LT: These days most of my teaching is with quilt guilds at quilt conferences and in quilting magazines. These include a lot of folks that come from a traditional quilting background. So, what I’m offering in my workshops and lectures is a way to create that is still in the context of a quilt but with personal voice. I teach classes on monoprinting, block printing, and putting photos onto fabric, plus fabric collage. All these classes empower the participants to create something new and unique to them. There is never a pattern (this can be wildly scary for traditional quilters) I just give, and guide through all the elements and principles of design for them to each find their voice. When this happens in a group it is always exciting and wonderful to see all the variations that come from the same table of materials and day of content. I always learn something from my students – sometimes it’s a traditional stitch technique that makes something easier or sometimes it’s in the questions asked that help me learn how to be a better teacher.
I just finished taping 4 segments for Quilting Arts TV which will be available to view on some PBS channels this fall, and I have a technique article coming out in the fall issue of Quilting Arts Magazine. I teach virtual classes online via my website lisathorpe.com throughout the year and I’m teaching at the International Quilt Festival in Houston this fall, at Virtual Craft Napa in January and all around the country for quilt guilds and some church groups as well. I’m excited to have made a local connection with the Stitchin’ Post quilt shop here in Little Rock and will be giving a lecture and teaching there in early 2024. I hope to teach and show more locally, as the travel is starting to wear on me. As a newbie to Little Rock who moved during the pandemic, I’m still in the process of building connections and networks here in my new home – so if anyone out there knows someone you think I should meet for teaching or showing I would love to hear from you – go to my website lisathorpe.com to the connect page.


AAS: Lisa, what advice to you have for artists trying to discover their own artistic voice?

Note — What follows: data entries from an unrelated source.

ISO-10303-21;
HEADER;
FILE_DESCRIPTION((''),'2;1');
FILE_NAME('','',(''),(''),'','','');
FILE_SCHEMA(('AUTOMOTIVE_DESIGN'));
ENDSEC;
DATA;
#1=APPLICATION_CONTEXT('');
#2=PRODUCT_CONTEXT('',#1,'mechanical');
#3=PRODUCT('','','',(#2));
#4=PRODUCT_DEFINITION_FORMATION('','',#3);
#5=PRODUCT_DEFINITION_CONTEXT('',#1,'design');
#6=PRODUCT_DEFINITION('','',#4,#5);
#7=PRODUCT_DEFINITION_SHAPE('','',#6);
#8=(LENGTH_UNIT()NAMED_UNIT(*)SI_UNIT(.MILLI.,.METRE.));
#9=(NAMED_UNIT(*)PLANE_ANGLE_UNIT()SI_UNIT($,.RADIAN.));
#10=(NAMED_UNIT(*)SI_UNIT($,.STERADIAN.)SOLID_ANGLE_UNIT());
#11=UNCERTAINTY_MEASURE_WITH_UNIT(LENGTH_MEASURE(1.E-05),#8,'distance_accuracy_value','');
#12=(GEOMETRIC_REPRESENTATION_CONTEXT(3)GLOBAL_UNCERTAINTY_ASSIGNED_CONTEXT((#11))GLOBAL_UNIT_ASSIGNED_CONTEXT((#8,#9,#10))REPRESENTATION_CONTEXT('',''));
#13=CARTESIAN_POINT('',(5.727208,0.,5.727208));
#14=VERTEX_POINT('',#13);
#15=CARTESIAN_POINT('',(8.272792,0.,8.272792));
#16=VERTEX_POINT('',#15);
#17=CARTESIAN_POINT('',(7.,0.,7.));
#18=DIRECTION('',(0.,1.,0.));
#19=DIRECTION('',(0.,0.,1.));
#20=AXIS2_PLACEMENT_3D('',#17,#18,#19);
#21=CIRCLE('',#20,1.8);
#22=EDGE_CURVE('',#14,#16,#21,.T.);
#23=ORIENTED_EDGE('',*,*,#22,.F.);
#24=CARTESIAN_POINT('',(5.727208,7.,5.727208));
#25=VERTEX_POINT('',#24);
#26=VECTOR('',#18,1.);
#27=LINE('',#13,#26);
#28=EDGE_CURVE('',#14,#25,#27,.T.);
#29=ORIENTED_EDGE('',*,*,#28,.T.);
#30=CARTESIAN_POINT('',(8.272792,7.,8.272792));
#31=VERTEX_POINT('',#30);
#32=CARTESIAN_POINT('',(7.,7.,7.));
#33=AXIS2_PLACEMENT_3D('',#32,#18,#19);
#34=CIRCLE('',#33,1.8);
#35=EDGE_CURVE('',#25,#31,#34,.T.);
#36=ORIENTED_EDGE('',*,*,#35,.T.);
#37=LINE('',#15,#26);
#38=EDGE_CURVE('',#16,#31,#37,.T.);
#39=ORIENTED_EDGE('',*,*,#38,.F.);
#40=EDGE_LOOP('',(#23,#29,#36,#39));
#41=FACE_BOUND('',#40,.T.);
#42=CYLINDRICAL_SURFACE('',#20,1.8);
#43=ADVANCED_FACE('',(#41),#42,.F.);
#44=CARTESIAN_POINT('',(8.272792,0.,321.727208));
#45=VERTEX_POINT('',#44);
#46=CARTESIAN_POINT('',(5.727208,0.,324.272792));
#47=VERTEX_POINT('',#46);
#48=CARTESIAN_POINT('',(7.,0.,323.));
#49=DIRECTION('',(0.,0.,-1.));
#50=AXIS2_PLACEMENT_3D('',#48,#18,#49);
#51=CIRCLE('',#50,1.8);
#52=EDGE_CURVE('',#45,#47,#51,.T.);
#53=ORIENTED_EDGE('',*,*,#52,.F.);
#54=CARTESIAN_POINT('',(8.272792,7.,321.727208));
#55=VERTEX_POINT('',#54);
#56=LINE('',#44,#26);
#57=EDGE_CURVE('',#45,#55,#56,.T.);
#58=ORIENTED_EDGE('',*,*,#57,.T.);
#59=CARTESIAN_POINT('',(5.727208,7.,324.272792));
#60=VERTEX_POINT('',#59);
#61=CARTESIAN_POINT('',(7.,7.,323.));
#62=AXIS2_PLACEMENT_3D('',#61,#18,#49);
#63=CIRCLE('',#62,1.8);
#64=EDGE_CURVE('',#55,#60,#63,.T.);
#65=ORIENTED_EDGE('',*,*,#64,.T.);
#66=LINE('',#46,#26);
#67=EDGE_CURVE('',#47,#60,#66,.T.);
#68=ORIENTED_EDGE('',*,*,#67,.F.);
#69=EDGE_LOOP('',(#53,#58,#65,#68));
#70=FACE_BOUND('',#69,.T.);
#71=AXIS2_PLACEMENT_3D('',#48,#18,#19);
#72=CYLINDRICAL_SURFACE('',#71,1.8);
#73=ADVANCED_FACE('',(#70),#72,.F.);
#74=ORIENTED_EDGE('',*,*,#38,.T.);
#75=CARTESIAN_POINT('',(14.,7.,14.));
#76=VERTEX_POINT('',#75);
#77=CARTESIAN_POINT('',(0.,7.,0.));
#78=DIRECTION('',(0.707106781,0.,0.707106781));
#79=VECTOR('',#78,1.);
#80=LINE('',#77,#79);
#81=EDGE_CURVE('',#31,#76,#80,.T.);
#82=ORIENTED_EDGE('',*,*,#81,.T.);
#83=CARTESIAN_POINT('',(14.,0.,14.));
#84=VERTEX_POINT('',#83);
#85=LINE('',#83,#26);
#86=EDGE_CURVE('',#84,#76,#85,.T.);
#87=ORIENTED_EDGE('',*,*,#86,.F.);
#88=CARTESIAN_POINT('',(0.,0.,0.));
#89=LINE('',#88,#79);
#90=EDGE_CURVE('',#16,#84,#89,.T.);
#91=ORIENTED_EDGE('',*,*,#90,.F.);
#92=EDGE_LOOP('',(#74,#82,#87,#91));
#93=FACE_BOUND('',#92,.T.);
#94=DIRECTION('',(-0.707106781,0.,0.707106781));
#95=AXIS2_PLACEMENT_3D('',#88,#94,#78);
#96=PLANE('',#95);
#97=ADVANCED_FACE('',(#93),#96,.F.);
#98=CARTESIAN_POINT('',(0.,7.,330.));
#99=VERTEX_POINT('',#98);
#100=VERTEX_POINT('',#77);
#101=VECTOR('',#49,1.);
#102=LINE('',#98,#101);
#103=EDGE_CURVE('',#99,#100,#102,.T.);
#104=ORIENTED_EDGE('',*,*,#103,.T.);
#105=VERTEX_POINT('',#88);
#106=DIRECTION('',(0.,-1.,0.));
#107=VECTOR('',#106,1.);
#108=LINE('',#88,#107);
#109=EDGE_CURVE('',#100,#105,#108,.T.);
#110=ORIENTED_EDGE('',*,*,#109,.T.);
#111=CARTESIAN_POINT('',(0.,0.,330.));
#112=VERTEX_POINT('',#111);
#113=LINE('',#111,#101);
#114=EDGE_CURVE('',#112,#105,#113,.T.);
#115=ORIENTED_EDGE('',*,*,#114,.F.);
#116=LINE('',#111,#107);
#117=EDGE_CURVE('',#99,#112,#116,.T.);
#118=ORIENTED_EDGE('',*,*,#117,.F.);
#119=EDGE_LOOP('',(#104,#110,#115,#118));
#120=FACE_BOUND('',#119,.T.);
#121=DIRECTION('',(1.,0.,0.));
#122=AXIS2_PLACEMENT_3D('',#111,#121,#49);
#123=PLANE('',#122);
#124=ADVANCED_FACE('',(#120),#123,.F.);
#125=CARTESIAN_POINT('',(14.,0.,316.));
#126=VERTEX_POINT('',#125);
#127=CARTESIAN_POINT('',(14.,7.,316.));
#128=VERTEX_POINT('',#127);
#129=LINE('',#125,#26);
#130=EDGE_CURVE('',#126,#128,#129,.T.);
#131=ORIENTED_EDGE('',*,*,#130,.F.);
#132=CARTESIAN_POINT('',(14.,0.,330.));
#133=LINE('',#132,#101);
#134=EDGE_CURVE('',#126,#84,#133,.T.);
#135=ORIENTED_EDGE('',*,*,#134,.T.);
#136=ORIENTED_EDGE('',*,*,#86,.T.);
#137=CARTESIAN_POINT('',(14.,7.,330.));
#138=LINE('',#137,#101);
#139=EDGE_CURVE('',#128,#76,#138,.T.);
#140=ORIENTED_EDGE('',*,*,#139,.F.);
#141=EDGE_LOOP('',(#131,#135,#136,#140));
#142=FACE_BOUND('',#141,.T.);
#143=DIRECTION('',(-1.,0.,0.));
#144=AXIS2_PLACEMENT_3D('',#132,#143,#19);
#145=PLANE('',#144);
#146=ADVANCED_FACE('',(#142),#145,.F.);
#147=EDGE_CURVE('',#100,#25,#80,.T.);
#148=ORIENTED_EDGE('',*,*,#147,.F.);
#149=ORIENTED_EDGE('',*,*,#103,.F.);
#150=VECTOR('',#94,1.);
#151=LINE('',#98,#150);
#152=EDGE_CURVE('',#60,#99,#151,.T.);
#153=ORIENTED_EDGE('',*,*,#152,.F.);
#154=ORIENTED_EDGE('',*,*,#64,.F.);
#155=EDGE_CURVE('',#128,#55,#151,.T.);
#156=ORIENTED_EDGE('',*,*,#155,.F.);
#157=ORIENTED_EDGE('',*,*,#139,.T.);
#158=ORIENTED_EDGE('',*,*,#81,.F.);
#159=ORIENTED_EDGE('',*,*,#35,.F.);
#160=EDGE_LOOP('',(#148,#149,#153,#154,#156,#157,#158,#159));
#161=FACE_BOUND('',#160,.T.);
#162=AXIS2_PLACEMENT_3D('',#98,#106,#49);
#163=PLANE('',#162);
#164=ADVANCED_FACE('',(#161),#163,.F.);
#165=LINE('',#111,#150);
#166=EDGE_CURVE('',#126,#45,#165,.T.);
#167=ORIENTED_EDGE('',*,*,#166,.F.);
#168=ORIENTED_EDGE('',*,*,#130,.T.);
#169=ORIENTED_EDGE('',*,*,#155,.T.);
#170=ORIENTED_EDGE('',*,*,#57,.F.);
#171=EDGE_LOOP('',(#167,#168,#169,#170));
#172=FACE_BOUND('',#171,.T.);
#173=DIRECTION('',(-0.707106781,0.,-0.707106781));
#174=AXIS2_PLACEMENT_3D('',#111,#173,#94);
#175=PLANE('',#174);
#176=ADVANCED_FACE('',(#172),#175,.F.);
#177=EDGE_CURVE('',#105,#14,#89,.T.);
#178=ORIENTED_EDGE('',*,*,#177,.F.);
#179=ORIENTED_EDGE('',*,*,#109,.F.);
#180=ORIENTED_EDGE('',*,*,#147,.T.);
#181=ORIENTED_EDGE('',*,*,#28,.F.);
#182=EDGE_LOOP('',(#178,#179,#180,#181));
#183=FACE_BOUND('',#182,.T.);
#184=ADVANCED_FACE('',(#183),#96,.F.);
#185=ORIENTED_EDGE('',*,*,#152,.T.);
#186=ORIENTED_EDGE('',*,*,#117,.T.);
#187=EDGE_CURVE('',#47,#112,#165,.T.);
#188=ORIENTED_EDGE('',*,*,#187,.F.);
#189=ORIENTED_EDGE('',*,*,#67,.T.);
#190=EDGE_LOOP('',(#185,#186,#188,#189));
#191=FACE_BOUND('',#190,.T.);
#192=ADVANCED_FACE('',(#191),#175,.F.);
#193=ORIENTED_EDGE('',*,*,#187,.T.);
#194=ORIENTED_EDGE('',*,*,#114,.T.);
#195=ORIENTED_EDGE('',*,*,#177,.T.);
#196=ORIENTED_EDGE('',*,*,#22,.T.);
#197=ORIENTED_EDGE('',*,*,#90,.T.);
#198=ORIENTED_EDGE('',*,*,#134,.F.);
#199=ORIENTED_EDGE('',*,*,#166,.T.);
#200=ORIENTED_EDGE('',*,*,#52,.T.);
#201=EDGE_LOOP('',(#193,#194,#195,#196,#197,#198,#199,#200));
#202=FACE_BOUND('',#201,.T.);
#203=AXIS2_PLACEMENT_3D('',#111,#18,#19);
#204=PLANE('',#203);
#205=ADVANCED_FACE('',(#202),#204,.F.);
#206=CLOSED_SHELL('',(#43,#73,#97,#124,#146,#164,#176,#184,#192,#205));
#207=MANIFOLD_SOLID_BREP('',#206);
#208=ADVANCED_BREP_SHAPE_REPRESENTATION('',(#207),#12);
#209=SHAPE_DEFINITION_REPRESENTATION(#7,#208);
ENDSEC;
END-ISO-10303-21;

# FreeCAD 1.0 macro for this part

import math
import FreeCAD as App
import Part
import Sketcher


def add_polygon(sketch, points):
    """Adds a closed chain of lines whose ends are joined by coincident constraints."""
    first, n = sketch.GeometryCount, len(points)
    for a, b in zip(points, points[1:] + points[:1]):
        sketch.addGeometry(Part.LineSegment(App.Vector(*a, 0), App.Vector(*b, 0)), False)
    for i in range(n):
        sketch.addConstraint(Sketcher.Constraint("Coincident", first + i, 2, first + (i + 1) % n, 1))

doc = App.newDocument("Part")
body = doc.addObject("PartDesign::Body", "Body")

sketch1 = body.newObject("Sketcher::SketchObject", "Sketch")
sketch1.AttachmentSupport = (doc.getObject("XY_Plane"), [""])
sketch1.MapMode = "FlatFace"
add_polygon(sketch1, [(0, 7), (0, 0), (14, 0), (14, 7)])
sketch1.addConstraint(Sketcher.Constraint("Vertical", 0))
sketch1.addConstraint(Sketcher.Constraint("Horizontal", 1))
sketch1.addConstraint(Sketcher.Constraint("Vertical", 2))
sketch1.addConstraint(Sketcher.Constraint("Horizontal", 3))
sketch1.addConstraint(Sketcher.Constraint("Coincident", 0, 2, -1, 1))
sketch1.addConstraint(Sketcher.Constraint("DistanceX", 1, 1, 1, 2, 14.0))
sketch1.addConstraint(Sketcher.Constraint("DistanceY", 0, 2, 0, 1, 7.0))
pad1 = body.newObject("PartDesign::Pad", "Pad")
pad1.Profile = sketch1
pad1.Length = 330

sketch2 = body.newObject("Sketcher::SketchObject", "Sketch001")
sketch2.AttachmentSupport = (doc.getObject("XZ_Plane"), [""])
sketch2.MapMode = "FlatFace"
sketch2.AttachmentOffset = App.Placement(App.Vector(0, 0, -7), App.Rotation())
add_polygon(sketch2, [(0, 0), (14, 14), (14, 0)])
add_polygon(sketch2, [(0, 330), (14, 330), (14, 316)])
sketch2.addConstraint(Sketcher.Constraint("Vertical", 1))
sketch2.addConstraint(Sketcher.Constraint("Horizontal", 2))
sketch2.addConstraint(Sketcher.Constraint("Horizontal", 3))
sketch2.addConstraint(Sketcher.Constraint("Vertical", 4))
sketch2.addConstraint(Sketcher.Constraint("Coincident", 2, 2, -1, 1))
sketch2.addConstraint(Sketcher.Constraint("PointOnObject", 5, 2, -2))
sketch2.addConstraint(Sketcher.Constraint("Perpendicular", 0, 5))
sketch2.addConstraint(Sketcher.Constraint("Vertical", 1, 2, 3, 2))
sketch2.addConstraint(Sketcher.Constraint("Equal", 3, 1))
sketch2.addConstraint(Sketcher.Constraint("DistanceX", 2, 2, 2, 1, 14.0))
sketch2.addConstraint(Sketcher.Constraint("DistanceY", -1, 1, 3, 2, 330.0))
pocket1 = body.newObject("PartDesign::Pocket", "Pocket")
pocket1.Profile = sketch2
pocket1.Type = "ThroughAll"
pocket1.Reversed = True

sketch3 = body.newObject("Sketcher::SketchObject", "Sketch002")
sketch3.AttachmentSupport = (doc.getObject("XZ_Plane"), [""])
sketch3.MapMode = "FlatFace"
sketch3.AttachmentOffset = App.Placement(App.Vector(0, 0, -7), App.Rotation())
sketch3.addGeometry(Part.LineSegment(App.Vector(8.3, 8.3, 0), App.Vector(5.7, 5.7, 0)), False)
sketch3.addGeometry(Part.ArcOfCircle(Part.Circle(App.Vector(7, 7, 0), App.Vector(0, 0, 1), 1.8), math.radians(45), math.radians(225)), False)
sketch3.addGeometry(Part.LineSegment(App.Vector(5.7, 324.3, 0), App.Vector(8.3, 321.7, 0)), False)
sketch3.addGeometry(Part.ArcOfCircle(Part.Circle(App.Vector(7, 323, 0), App.Vector(0, 0, 1), 1.8), math.radians(135), math.radians(315)), False)
sketch3.addConstraint(Sketcher.Constraint("Coincident", 0, 1, 1, 1))
sketch3.addConstraint(Sketcher.Constraint("Coincident", 1, 2, 0, 2))
sketch3.addConstraint(Sketcher.Constraint("Coincident", 2, 1, 3, 1))
sketch3.addConstraint(Sketcher.Constraint("Coincident", 3, 2, 2, 2))
sketch3.addConstraint(Sketcher.Constraint("Equal", 1, 3))
sketch3.addConstraint(Sketcher.Constraint("Perpendicular", 0, 2))
sketch3.addConstraint(Sketcher.Constraint("Vertical", 1, 3, 3, 3))
sketch3.addConstraint(Sketcher.Constraint("Vertical", 1, 2, 2, 1))
sketch3.addConstraint(Sketcher.Constraint("Vertical", 0, 1, 3, 2))
sketch3.addConstraint(Sketcher.Constraint("Radius", 1, 1.8))
sketch3.addConstraint(Sketcher.Constraint("DistanceX", -1, 1, 1, 3, 7.0))
sketch3.addConstraint(Sketcher.Constraint("DistanceY", -1, 1, 1, 3, 7.0))
sketch3.addConstraint(Sketcher.Constraint("DistanceY", -1, 1, 3, 3, 323.0))
sketch3.addConstraint(Sketcher.Constraint("DistanceY", 0, 1, 2, 1, 316.0))
pocket2 = body.newObject("PartDesign::Pocket", "Pocket001")
pocket2.Profile = sketch3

LT: One thing I found in this big life change and move to Little Rock was that I feel most grounded when I’m connected to the inspiration in my everyday life. I began attending more closely to what sparked my interest. I take pictures of the strangest things, shadows on a wall, reflections in a puddle, the light on a window. All these things provide information and inspiration. The act of organizing these photos in albums of commonality such as – “shadows”, “branches”, the color “red”- help me tune into what I’m seeing and responding to. These particular images may or may not make it into a piece of art but they inform me about what is speaking to me. I also keep a sketch book that is a lot of words, poems, quotes and scribbled unformed sketches. Sometimes I’ll print out some photos from my phone and write around the edges in a free unedited stream of consciousness way. The sketchbook sits on my bookshelf – when it’s time to create I pull it down, say hmm – this is interesting or look I’ve commented on this multiple times perhaps it’s time to pay attention. Don’t think that your thoughts or feelings or ideas are too specific and won’t be interesting to others… they are. There is always something universal in the personal.